Cahen's constant

From Wikipedia, the free encyclopedia

In mathematics, Cahen's constant is defined as an infinite series of unit fractions, with alternating signs, derived from Sylvester's sequence:

$C = \sum\frac{(-1)^i}{s_i-1}=\frac11 - \frac12 + \frac16 - \frac1{42} + \frac1{1806} - \cdots\approx 0.64341054629.$

By considering these fractions in pairs, we can also view Cahen's constant as a series of positive unit fractions formed from the terms in even positions of Sylvester's sequence; this series for Cahen's constant forms its greedy Egyptian expansion:

$C = \sum\frac{1}{s_{2i}}=\frac12+\frac17+\frac1{1807}+\frac1{10650056950807}+\cdots$

This constant is named after Eugène Cahen (also known for the Cahen-Mellin integral), who first formulated and investigated its series (Cahen 1891).

Cahen's constant is known to be transcendental (Davison and Shallit 1991).

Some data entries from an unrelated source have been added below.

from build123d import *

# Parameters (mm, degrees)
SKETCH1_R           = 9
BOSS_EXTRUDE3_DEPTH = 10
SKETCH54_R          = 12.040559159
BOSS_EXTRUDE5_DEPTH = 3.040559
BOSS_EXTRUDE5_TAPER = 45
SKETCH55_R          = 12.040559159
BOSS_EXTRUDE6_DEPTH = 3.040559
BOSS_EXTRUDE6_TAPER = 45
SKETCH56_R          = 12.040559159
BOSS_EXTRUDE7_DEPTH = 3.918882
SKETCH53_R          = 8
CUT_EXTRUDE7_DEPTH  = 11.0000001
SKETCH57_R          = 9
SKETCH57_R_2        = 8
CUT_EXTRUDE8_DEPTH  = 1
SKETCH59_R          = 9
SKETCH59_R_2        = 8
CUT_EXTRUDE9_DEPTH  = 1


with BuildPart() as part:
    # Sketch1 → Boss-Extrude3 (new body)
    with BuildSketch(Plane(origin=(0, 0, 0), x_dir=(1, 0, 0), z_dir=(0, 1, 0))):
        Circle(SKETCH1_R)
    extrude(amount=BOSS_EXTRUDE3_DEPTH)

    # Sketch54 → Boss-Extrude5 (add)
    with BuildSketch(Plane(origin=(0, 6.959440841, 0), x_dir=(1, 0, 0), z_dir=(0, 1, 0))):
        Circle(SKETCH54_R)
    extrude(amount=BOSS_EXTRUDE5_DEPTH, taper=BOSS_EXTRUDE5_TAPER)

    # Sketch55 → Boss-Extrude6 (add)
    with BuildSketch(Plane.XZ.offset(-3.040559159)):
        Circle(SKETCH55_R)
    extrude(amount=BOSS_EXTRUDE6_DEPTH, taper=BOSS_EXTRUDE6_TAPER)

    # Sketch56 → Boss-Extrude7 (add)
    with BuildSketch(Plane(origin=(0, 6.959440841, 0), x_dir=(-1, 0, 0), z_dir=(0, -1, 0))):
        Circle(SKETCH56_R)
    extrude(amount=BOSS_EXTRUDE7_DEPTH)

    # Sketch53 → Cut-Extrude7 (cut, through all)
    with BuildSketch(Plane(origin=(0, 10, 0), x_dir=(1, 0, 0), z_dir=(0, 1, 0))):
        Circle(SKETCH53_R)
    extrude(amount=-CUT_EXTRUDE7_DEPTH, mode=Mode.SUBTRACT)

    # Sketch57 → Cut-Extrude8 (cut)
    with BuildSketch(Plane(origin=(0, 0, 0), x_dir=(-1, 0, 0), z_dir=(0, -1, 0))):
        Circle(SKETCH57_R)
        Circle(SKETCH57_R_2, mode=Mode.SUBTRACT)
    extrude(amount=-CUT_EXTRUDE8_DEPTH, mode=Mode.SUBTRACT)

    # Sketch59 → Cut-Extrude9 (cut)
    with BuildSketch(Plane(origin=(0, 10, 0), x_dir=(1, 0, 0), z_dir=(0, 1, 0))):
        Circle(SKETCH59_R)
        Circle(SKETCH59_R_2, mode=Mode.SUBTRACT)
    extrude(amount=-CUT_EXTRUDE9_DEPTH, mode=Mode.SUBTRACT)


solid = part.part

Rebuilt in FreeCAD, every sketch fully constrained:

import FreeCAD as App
import Part
import Sketcher

doc = App.newDocument("Part")
body = doc.addObject("PartDesign::Body", "Body")

# Sketch on XZ plane
sketch1 = body.newObject("Sketcher::SketchObject", "Sketch")
sketch1.AttachmentSupport = (doc.getObject("XZ_Plane"), [""])
sketch1.MapMode = "FlatFace"
sketch1.addGeometry(Part.Circle(App.Vector(0, 0, 0), App.Vector(0, 0, 1), 9), False)
sketch1.addConstraint(Sketcher.Constraint("Coincident", 0, 3, -1, 1))
sketch1.addConstraint(Sketcher.Constraint("Diameter", 0, 18.0))
pad1 = body.newObject("PartDesign::Pad", "Pad")
pad1.Profile = sketch1
pad1.Length = 10
pad1.Reversed = True

# Sketch on XZ plane
sketch2 = body.newObject("Sketcher::SketchObject", "Sketch001")
sketch2.AttachmentSupport = (doc.getObject("XZ_Plane"), [""])
sketch2.MapMode = "FlatFace"
sketch2.AttachmentOffset = App.Placement(App.Vector(0, 0, -6.959441), App.Rotation())
sketch2.addGeometry(Part.Circle(App.Vector(0, 0, 0), App.Vector(0, 0, 1), 12.040559), False)
sketch2.addConstraint(Sketcher.Constraint("Coincident", 0, 3, -1, 1))
sketch2.addConstraint(Sketcher.Constraint("Diameter", 0, 24.081118))
pad2 = body.newObject("PartDesign::Pad", "Pad001")
pad2.Profile = sketch2
pad2.Length = 3.040559
pad2.Reversed = True
pad2.TaperAngle = -45

# Sketch on XZ plane
sketch3 = body.newObject("Sketcher::SketchObject", "Sketch002")
sketch3.AttachmentSupport = (doc.getObject("XZ_Plane"), [""])
sketch3.MapMode = "FlatFace"
sketch3.AttachmentOffset = App.Placement(App.Vector(0, 0, -3.040559), App.Rotation())
sketch3.addGeometry(Part.Circle(App.Vector(0, 0, 0), App.Vector(0, 0, 1), 12.040559), False)
sketch3.addConstraint(Sketcher.Constraint("Coincident", 0, 3, -1, 1))
sketch3.addConstraint(Sketcher.Constraint("Diameter", 0, 24.081118))
pad3 = body.newObject("PartDesign::Pad", "Pad002")
pad3.Profile = sketch3
pad3.Length = 3.040559
pad3.TaperAngle = -45

# Sketch on XZ plane
sketch4 = body.newObject("Sketcher::SketchObject", "Sketch003")
sketch4.AttachmentSupport = (doc.getObject("XZ_Plane"), [""])
sketch4.MapMode = "FlatFace"
sketch4.AttachmentOffset = App.Placement(App.Vector(0, 0, -6.959441), App.Rotation())
sketch4.addGeometry(Part.Circle(App.Vector(0, 0, 0), App.Vector(0, 0, 1), 12.040559), False)
sketch4.addConstraint(Sketcher.Constraint("Coincident", 0, 3, -1, 1))
sketch4.addConstraint(Sketcher.Constraint("Diameter", 0, 24.081118))
pad4 = body.newObject("PartDesign::Pad", "Pad003")
pad4.Profile = sketch4
pad4.Length = 3.918882

# Sketch on XZ plane
sketch5 = body.newObject("Sketcher::SketchObject", "Sketch004")
sketch5.AttachmentSupport = (doc.getObject("XZ_Plane"), [""])
sketch5.MapMode = "FlatFace"
sketch5.AttachmentOffset = App.Placement(App.Vector(0, 0, -10), App.Rotation())
sketch5.addGeometry(Part.Circle(App.Vector(0, 0, 0), App.Vector(0, 0, 1), 8), False)
sketch5.addConstraint(Sketcher.Constraint("Coincident", 0, 3, -1, 1))
sketch5.addConstraint(Sketcher.Constraint("Diameter", 0, 16.0))
pocket1 = body.newObject("PartDesign::Pocket", "Pocket")
pocket1.Profile = sketch5
pocket1.Type = "ThroughAll"
pocket1.Reversed = True

# Sketch on XZ plane
sketch6 = body.newObject("Sketcher::SketchObject", "Sketch005")
sketch6.AttachmentSupport = (doc.getObject("XZ_Plane"), [""])
sketch6.MapMode = "FlatFace"
sketch6.addGeometry(Part.Circle(App.Vector(0, 0, 0), App.Vector(0, 0, 1), 9), False)
sketch6.addGeometry(Part.Circle(App.Vector(0, 0, 0), App.Vector(0, 0, 1), 8), False)
sketch6.addConstraint(Sketcher.Constraint("Coincident", 0, 3, -1, 1))
sketch6.addConstraint(Sketcher.Constraint("Coincident", 1, 3, -1, 1))
sketch6.addConstraint(Sketcher.Constraint("Diameter", 0, 18.0))
sketch6.addConstraint(Sketcher.Constraint("Diameter", 1, 16.0))
pocket2 = body.newObject("PartDesign::Pocket", "Pocket001")
pocket2.Profile = sketch6
pocket2.Length = 1

# Sketch on XZ plane
sketch7 = body.newObject("Sketcher::SketchObject", "Sketch006")
sketch7.AttachmentSupport = (doc.getObject("XZ_Plane"), [""])
sketch7.MapMode = "FlatFace"
sketch7.AttachmentOffset = App.Placement(App.Vector(0, 0, -10), App.Rotation())
sketch7.addGeometry(Part.Circle(App.Vector(0, 0, 0), App.Vector(0, 0, 1), 9), False)
sketch7.addGeometry(Part.Circle(App.Vector(0, 0, 0), App.Vector(0, 0, 1), 8), False)
sketch7.addConstraint(Sketcher.Constraint("Coincident", 0, 3, -1, 1))
sketch7.addConstraint(Sketcher.Constraint("Coincident", 1, 3, -1, 1))
sketch7.addConstraint(Sketcher.Constraint("Diameter", 0, 18.0))
sketch7.addConstraint(Sketcher.Constraint("Diameter", 1, 16.0))
pocket3 = body.newObject("PartDesign::Pocket", "Pocket002")
pocket3.Profile = sketch7
pocket3.Length = 1
pocket3.Reversed = True

doc.recompute()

It is notable as being one of a small number of naturally occurring transcendental numbers for which we know the complete continued fraction expansion: if we form the sequence

1, 1, 2, 3, 14, 129, 25298, 420984147, ... (sequence A006279 in OEIS)

defined by the recurrence

$q_{n+2} = q_n^2 q_{n+1} + q_n$

then the continued fraction expansion of Cahen's constant is

$[0,1,q_0^2,q_1^2,q_2^2,\ldots]$

(Davison and Shallit 1991).

[edit] References

Cahen, Eugène (1891). "Note sur un développement des quantités numériques, qui présente quelque analogie avec celui en fractions continues". Nouvelles Annales de Mathématiques 10: 508–514.

Davison, J. Les; Shallit, Jeffrey O. (1991). "Continued fractions for some alternating series". Monatshefte für Mathematik 111: 119–126. doi:10.1007/BF01332350.